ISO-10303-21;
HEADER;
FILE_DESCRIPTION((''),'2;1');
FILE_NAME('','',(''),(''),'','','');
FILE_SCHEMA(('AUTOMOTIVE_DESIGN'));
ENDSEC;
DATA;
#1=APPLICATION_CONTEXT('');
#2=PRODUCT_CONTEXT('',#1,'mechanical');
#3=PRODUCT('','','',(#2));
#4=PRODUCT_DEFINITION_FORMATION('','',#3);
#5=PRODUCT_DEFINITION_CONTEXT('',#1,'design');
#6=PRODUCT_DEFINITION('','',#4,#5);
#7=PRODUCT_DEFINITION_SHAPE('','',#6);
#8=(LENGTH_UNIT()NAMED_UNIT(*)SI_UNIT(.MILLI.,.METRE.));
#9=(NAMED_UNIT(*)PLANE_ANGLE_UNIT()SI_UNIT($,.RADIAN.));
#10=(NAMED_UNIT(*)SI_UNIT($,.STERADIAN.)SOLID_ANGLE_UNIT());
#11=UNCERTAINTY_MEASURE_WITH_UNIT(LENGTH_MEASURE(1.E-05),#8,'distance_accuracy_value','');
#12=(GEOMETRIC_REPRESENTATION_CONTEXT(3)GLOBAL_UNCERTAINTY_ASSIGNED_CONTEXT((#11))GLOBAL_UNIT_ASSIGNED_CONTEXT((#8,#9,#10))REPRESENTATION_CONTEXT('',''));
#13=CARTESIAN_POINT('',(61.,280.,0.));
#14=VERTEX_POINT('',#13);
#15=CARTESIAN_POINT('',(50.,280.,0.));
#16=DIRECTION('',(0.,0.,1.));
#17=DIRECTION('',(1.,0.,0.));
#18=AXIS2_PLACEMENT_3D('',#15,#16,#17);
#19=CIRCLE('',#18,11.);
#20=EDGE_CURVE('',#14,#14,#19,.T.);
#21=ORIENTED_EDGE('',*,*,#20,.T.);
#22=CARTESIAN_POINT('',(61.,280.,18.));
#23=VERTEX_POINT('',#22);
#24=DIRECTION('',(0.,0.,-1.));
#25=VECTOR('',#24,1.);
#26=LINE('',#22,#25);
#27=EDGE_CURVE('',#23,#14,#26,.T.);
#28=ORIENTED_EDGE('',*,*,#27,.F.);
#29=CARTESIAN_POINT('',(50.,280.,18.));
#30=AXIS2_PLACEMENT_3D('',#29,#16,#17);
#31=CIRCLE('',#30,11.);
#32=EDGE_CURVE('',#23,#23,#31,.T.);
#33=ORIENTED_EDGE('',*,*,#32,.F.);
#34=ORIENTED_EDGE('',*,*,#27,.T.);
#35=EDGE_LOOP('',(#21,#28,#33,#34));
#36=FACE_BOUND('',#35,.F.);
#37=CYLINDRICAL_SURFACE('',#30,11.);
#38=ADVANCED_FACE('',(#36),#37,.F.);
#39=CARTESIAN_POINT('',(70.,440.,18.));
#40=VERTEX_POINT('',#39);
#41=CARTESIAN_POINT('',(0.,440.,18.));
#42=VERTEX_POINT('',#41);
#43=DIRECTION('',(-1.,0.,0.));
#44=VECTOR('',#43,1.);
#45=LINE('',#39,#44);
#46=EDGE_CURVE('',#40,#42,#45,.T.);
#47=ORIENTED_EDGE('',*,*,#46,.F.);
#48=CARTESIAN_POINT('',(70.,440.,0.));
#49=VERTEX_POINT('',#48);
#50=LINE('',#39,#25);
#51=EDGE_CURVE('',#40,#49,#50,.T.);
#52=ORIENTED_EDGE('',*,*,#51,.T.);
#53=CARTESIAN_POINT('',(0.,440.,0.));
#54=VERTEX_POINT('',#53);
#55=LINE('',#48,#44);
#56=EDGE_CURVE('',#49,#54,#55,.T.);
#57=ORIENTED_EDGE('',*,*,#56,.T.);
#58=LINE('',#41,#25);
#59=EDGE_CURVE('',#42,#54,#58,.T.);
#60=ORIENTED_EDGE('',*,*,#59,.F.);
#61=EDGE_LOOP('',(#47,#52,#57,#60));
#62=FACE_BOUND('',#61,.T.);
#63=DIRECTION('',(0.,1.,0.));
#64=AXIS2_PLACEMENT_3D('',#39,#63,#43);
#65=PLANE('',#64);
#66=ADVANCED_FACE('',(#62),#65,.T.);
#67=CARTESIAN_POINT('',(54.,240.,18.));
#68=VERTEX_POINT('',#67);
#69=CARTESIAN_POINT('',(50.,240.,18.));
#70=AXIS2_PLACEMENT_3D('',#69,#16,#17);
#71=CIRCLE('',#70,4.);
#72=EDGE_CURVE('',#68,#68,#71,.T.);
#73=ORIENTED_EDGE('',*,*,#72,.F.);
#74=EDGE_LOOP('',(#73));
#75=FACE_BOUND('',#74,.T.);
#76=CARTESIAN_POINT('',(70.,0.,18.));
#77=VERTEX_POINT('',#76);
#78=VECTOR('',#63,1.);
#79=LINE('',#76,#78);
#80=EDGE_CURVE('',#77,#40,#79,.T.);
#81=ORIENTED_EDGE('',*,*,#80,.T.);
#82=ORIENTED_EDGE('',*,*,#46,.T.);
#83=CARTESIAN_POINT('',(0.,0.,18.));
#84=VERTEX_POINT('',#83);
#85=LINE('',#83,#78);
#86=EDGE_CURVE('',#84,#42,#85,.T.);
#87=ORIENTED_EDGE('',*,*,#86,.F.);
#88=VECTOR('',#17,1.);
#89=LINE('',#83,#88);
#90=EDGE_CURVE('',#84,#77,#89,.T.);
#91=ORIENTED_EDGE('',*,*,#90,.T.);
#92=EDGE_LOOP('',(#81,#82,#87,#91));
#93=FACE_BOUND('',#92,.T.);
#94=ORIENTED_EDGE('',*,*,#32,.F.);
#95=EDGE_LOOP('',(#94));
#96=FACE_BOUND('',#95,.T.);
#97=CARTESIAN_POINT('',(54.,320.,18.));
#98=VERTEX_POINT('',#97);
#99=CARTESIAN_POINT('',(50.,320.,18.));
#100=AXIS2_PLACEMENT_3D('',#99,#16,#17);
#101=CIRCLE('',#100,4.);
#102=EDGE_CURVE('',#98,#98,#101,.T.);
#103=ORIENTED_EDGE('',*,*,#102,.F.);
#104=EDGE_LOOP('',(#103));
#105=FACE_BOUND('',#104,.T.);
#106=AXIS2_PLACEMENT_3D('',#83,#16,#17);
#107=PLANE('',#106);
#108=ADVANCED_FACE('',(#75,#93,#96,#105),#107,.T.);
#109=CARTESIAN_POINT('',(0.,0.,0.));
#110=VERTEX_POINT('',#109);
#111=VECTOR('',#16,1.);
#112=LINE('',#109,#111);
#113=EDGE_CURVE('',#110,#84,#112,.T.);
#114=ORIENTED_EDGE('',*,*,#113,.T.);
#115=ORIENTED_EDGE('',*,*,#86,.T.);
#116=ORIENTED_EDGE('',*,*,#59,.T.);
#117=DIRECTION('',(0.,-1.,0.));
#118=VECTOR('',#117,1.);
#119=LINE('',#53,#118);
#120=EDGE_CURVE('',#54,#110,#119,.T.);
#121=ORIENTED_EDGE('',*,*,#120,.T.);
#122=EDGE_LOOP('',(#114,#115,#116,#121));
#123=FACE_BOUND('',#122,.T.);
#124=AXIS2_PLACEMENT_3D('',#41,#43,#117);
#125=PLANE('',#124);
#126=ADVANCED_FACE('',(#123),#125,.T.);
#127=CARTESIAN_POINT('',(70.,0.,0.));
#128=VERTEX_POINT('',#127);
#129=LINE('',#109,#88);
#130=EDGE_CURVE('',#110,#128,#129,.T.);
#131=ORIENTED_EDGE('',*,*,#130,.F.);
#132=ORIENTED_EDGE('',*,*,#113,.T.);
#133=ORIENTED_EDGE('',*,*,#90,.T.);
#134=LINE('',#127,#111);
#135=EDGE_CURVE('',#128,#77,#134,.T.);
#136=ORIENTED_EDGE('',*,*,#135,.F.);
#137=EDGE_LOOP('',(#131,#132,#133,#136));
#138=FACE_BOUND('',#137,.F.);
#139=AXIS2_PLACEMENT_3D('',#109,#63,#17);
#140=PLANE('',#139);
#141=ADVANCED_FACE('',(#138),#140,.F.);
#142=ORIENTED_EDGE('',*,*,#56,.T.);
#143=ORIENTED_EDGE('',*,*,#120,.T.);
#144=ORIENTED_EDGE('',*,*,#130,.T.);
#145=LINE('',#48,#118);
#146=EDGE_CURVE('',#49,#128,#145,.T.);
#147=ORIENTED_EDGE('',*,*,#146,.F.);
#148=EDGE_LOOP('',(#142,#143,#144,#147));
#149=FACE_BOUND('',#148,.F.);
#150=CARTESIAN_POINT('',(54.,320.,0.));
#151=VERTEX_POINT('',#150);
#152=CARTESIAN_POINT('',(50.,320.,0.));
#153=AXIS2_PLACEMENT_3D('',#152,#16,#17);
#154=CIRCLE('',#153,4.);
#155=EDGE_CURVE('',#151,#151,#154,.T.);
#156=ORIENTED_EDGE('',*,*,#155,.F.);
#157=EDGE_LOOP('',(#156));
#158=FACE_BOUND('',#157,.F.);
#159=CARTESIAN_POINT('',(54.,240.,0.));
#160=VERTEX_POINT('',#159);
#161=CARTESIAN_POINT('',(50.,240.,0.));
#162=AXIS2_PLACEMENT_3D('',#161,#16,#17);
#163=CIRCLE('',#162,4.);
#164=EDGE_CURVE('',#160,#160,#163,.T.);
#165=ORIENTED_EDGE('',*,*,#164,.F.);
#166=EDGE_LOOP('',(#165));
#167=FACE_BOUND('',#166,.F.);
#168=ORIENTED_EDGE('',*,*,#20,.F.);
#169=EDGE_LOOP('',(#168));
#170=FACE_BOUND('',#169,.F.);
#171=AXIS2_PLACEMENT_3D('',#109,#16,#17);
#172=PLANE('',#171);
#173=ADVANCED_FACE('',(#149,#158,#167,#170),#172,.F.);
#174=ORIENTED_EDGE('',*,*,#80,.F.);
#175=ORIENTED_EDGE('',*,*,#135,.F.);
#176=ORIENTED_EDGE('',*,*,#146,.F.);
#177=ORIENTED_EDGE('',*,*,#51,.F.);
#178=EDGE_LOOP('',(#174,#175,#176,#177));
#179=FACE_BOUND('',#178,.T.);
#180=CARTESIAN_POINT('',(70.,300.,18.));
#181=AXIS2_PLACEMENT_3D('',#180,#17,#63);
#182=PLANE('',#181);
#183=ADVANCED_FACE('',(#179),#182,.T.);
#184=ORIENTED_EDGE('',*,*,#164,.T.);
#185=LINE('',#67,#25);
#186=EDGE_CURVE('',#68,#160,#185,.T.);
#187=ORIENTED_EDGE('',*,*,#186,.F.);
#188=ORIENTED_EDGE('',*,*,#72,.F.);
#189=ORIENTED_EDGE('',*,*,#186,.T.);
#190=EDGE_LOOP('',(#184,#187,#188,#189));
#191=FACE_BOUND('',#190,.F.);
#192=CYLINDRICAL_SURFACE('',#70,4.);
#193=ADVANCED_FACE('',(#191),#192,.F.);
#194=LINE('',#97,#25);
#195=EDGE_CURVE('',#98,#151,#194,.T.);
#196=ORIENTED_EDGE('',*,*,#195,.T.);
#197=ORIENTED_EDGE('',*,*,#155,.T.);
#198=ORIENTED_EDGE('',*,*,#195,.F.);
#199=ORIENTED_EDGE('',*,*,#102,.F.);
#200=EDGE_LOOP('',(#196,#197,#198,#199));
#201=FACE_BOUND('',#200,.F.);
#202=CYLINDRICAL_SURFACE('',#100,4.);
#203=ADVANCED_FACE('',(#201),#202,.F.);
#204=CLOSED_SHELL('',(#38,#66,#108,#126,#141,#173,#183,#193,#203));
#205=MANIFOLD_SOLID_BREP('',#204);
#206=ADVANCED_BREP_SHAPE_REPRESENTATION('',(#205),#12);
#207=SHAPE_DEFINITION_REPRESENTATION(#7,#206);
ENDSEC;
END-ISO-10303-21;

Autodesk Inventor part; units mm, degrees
ref_plane "YZ Plane" through (0, 0, 0) normal (1, 0, 0) x (0, 1, 0)
ref_plane "XZ Plane" through (0, 0, 0) normal (0, 1, 0) x (-1, 0, 0)
ref_plane "XY Plane" through (0, 0, 0) normal (0, 0, 1) x (1, 0, 0)
sketch "Boceto1" plane through (0, 0, 0) normal (0, 0, 1) x (1, 0, 0)
  line L0 (0, 0) -> (70, 0)
  line L1 (70, 0) -> (70, 300)
  line L2 (70, 300) -> (0, 300)
  line L3 (0, 300) -> (0, 0)
  dimension "d0" = 300
  dimension "d1" = 70
extrude "Extrusión1" add sketch "Boceto1" along normal blind 18
sketch "Boceto2" plane through (0, 0, 18) normal (0, 0, 1) x (1, 0, 0)
  circle A0 centre (50, 280) radius 11
  line L0 (70, 300) -> (0, 300) projected
  line L1 (70, 0) -> (70, 300) projected
  line L2 (50, 280) -> (50, 258) construction
  circle A1 centre (50, 258) radius 1.5
  line L3 (50, 280) -> (28, 280) construction
  circle A2 centre (28, 280) radius 1.5
  point P0 (0, 0)
  dimension "d4" = 22
  dimension "d6" = 20
  dimension "d7" = 3
  dimension "d8" = 22
  dimension "d9" = 22
  dimension "d10" = 3
  dimension "d11" = 20
extrude "Extrusión2" cut sketch "Boceto2" against normal blind 18
sketch "Boceto3" plane through (0, 0, 18) normal (0, 0, 1) x (1, 0, 0)
  line L0 (70, 300) -> (0, 300) projected
  line L1 (0, 300) -> (70, 300)
  line L2 (70, 300) -> (70, 440)
  line L3 (70, 440) -> (0, 440)
  line L4 (0, 440) -> (0, 300)
  circle A0 centre (50, 258) radius 1.5 projected
  circle A1 centre (50, 280) radius 11 projected
  line L5 (50, 258) -> (50, 280) construction
  circle A2 centre (28, 280) radius 1.5 projected
  line L6 (50, 280) -> (28, 280) construction
  point P0 (0, 0)
  dimension "d14" = 70
  dimension "d15" = 140
extrude "Extrusión3" add sketch "Boceto3" against normal up to surface (18 mm away) contours L0 L4 L3 L2
sketch "Boceto4" plane through (0, 0, 18) normal (0, 0, 1) x (1, 0, 0)
  circle A0 centre (50, 258) radius 1.5 projected
  line L0 (50, 258) -> (50, 302) construction
  circle A1 centre (28, 280) radius 1.5 projected
  line L1 (28, 280) -> (50, 280) construction
  circle A2 centre (50, 302) radius 1.5
  point P0 (0, 0)
  dimension "d19" = 22
  dimension "d20" = 3
extrude "Extrusión4" cut sketch "Boceto4" against normal blind 18 contours A2
sketch "Boceto5" plane through (0, 0, 18) normal (0, 0, 1) x (1, 0, 0)
  circle A0 centre (50, 240) radius 4
  circle A1 centre (50, 280) radius 11 projected
  circle A2 centre (50, 280) radius 11 projected
  line L0 (50, 280) -> (50, 193.7834) construction
  circle A3 centre (50, 320) radius 4
  line L1 (50, 320) -> (50, 280) construction
  point P0 (0, 0)
  dimension "d23" = 8
  dimension "d24" = 40
  dimension "d25" = 8
  dimension "d26" = 40
extrude "Extrusión5" cut sketch "Boceto5" against normal blind 18 contours A0 | A3
sketch "Boceto6" plane through (0, 0, 18) normal (0, 0, 1) x (1, 0, 0)
  circle A0 centre (50, 302) radius 1.5 projected
  circle A1 centre (50, 302) radius 1.5
  circle A2 centre (28, 280) radius 1.5 projected
  circle A3 centre (28, 280) radius 1.5
  circle A4 centre (50, 258) radius 1.5 projected
  circle A5 centre (50, 258) radius 1.5
  point P0 (0, 0)
extrude "Extrusión6" add sketch "Boceto6" against normal up to surface (18 mm away)
properties part number "009" material "CFRP"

→ **Activity**
Of the lines above, retype only those from the line containing "#159=CARTESIAN_POINT('',(54.,240.,0.));" through the line containing "#164=EDGE_CURVE('',#160,#160,#163,.T.);", including both, exactly.

→ **Result for this exercise**
#159=CARTESIAN_POINT('',(54.,240.,0.));
#160=VERTEX_POINT('',#159);
#161=CARTESIAN_POINT('',(50.,240.,0.));
#162=AXIS2_PLACEMENT_3D('',#161,#16,#17);
#163=CIRCLE('',#162,4.);
#164=EDGE_CURVE('',#160,#160,#163,.T.);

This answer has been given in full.